WORK ORDER: After finding the line with "f 364 363 362" in the entries below, retype exactly each line from there through the line with "f 382 380 381", including that final line.

SOURCE MATERIAL:

=== Begin Enclosure ===

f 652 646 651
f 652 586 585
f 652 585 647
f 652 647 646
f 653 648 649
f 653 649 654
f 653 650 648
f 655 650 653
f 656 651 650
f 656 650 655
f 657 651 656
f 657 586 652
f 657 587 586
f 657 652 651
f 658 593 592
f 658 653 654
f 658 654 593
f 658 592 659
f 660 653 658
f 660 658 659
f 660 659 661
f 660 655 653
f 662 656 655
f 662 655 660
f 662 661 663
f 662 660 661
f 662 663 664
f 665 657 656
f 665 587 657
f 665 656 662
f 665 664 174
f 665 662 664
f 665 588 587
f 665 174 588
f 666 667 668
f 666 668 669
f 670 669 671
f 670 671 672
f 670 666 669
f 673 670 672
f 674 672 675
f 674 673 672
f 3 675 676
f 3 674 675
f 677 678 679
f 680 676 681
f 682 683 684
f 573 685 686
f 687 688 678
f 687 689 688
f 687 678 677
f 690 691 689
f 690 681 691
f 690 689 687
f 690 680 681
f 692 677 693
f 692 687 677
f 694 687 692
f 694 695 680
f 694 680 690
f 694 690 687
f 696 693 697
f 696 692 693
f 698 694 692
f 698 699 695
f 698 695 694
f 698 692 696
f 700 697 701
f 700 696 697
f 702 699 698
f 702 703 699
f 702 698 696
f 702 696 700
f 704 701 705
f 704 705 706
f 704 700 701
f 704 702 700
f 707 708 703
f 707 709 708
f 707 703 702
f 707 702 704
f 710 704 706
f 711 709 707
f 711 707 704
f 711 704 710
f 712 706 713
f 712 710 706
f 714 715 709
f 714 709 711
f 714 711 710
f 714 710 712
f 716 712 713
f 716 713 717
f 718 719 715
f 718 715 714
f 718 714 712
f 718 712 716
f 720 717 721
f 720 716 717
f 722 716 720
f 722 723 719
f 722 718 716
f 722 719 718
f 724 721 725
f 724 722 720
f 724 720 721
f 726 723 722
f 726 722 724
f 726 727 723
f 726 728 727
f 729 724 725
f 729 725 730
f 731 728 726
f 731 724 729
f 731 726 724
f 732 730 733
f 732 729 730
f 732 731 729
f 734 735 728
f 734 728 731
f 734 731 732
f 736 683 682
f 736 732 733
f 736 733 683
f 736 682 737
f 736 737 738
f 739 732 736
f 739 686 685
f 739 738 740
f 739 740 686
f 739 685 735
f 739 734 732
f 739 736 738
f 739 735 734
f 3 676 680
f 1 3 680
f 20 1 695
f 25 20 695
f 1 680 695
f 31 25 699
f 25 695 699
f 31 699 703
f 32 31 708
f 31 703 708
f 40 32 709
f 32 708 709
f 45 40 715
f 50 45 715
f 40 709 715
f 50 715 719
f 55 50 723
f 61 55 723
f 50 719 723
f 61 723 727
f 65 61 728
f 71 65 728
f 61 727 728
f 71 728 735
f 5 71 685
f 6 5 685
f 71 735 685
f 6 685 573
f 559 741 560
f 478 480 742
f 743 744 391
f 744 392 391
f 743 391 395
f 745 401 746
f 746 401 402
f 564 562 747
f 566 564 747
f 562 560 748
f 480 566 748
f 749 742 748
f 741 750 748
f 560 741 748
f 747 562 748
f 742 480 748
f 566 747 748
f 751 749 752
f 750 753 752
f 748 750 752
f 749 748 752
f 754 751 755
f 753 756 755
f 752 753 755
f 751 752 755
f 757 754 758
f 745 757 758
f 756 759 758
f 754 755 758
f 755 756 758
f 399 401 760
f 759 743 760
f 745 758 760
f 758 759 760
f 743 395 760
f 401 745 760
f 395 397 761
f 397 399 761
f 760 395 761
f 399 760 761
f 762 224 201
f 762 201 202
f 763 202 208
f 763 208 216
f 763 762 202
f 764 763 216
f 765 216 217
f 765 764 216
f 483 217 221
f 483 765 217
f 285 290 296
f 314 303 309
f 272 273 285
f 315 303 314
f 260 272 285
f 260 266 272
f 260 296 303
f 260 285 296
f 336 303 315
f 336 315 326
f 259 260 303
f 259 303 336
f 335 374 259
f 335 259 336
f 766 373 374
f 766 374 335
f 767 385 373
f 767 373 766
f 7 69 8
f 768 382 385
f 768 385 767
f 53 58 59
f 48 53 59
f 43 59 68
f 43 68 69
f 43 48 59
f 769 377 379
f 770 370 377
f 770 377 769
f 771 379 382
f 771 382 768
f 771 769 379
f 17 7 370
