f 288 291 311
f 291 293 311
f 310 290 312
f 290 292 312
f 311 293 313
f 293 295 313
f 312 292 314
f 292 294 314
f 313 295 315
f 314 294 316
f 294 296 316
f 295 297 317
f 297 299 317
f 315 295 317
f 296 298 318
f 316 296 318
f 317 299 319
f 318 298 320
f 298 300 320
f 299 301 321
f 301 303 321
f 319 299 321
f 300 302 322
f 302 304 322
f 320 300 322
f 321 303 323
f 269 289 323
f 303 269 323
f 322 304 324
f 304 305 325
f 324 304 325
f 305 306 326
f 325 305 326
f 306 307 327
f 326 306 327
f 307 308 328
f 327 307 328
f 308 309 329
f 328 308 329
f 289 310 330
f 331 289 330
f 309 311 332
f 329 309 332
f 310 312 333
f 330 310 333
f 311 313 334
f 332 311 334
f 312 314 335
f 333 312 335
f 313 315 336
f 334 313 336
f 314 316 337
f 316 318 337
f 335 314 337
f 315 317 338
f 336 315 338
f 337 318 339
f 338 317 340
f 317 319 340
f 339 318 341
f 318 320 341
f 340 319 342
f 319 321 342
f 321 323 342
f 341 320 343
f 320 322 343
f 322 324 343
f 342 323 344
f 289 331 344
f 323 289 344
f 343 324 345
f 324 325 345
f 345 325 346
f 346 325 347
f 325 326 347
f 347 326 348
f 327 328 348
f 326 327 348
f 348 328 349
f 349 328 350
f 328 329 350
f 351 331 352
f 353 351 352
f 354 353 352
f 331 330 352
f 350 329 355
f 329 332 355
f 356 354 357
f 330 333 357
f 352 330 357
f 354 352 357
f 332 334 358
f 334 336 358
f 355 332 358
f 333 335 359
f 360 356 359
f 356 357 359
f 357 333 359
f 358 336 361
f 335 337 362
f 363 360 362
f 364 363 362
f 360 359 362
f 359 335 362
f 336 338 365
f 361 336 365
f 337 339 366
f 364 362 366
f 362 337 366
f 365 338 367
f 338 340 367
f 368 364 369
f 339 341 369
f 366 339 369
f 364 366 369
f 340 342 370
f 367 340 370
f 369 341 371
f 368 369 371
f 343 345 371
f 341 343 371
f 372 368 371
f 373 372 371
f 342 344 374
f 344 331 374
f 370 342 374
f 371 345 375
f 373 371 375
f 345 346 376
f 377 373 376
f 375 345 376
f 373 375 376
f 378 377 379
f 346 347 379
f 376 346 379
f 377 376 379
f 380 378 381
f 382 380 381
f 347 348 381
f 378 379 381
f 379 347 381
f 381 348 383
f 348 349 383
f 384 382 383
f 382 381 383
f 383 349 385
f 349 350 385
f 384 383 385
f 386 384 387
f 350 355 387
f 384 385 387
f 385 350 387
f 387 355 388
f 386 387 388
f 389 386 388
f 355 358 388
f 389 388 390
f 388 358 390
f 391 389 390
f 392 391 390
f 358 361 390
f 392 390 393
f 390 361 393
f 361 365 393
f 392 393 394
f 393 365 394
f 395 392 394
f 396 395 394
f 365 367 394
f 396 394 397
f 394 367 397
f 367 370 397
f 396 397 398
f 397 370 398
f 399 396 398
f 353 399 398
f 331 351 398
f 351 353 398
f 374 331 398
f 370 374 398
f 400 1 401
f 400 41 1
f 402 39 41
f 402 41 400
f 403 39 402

=== End Enclosure ===

RESULT OF THE TASK:
f 364 363 362
f 360 359 362
f 359 335 362
f 336 338 365
f 361 336 365
f 337 339 366
f 364 362 366
f 362 337 366
f 365 338 367
f 338 340 367
f 368 364 369
f 339 341 369
f 366 339 369
f 364 366 369
f 340 342 370
f 367 340 370
f 369 341 371
f 368 369 371
f 343 345 371
f 341 343 371
f 372 368 371
f 373 372 371
f 342 344 374
f 344 331 374
f 370 342 374
f 371 345 375
f 373 371 375
f 345 346 376
f 377 373 376
f 375 345 376
f 373 375 376
f 378 377 379
f 346 347 379
f 376 346 379
f 377 376 379
f 380 378 381
f 382 380 381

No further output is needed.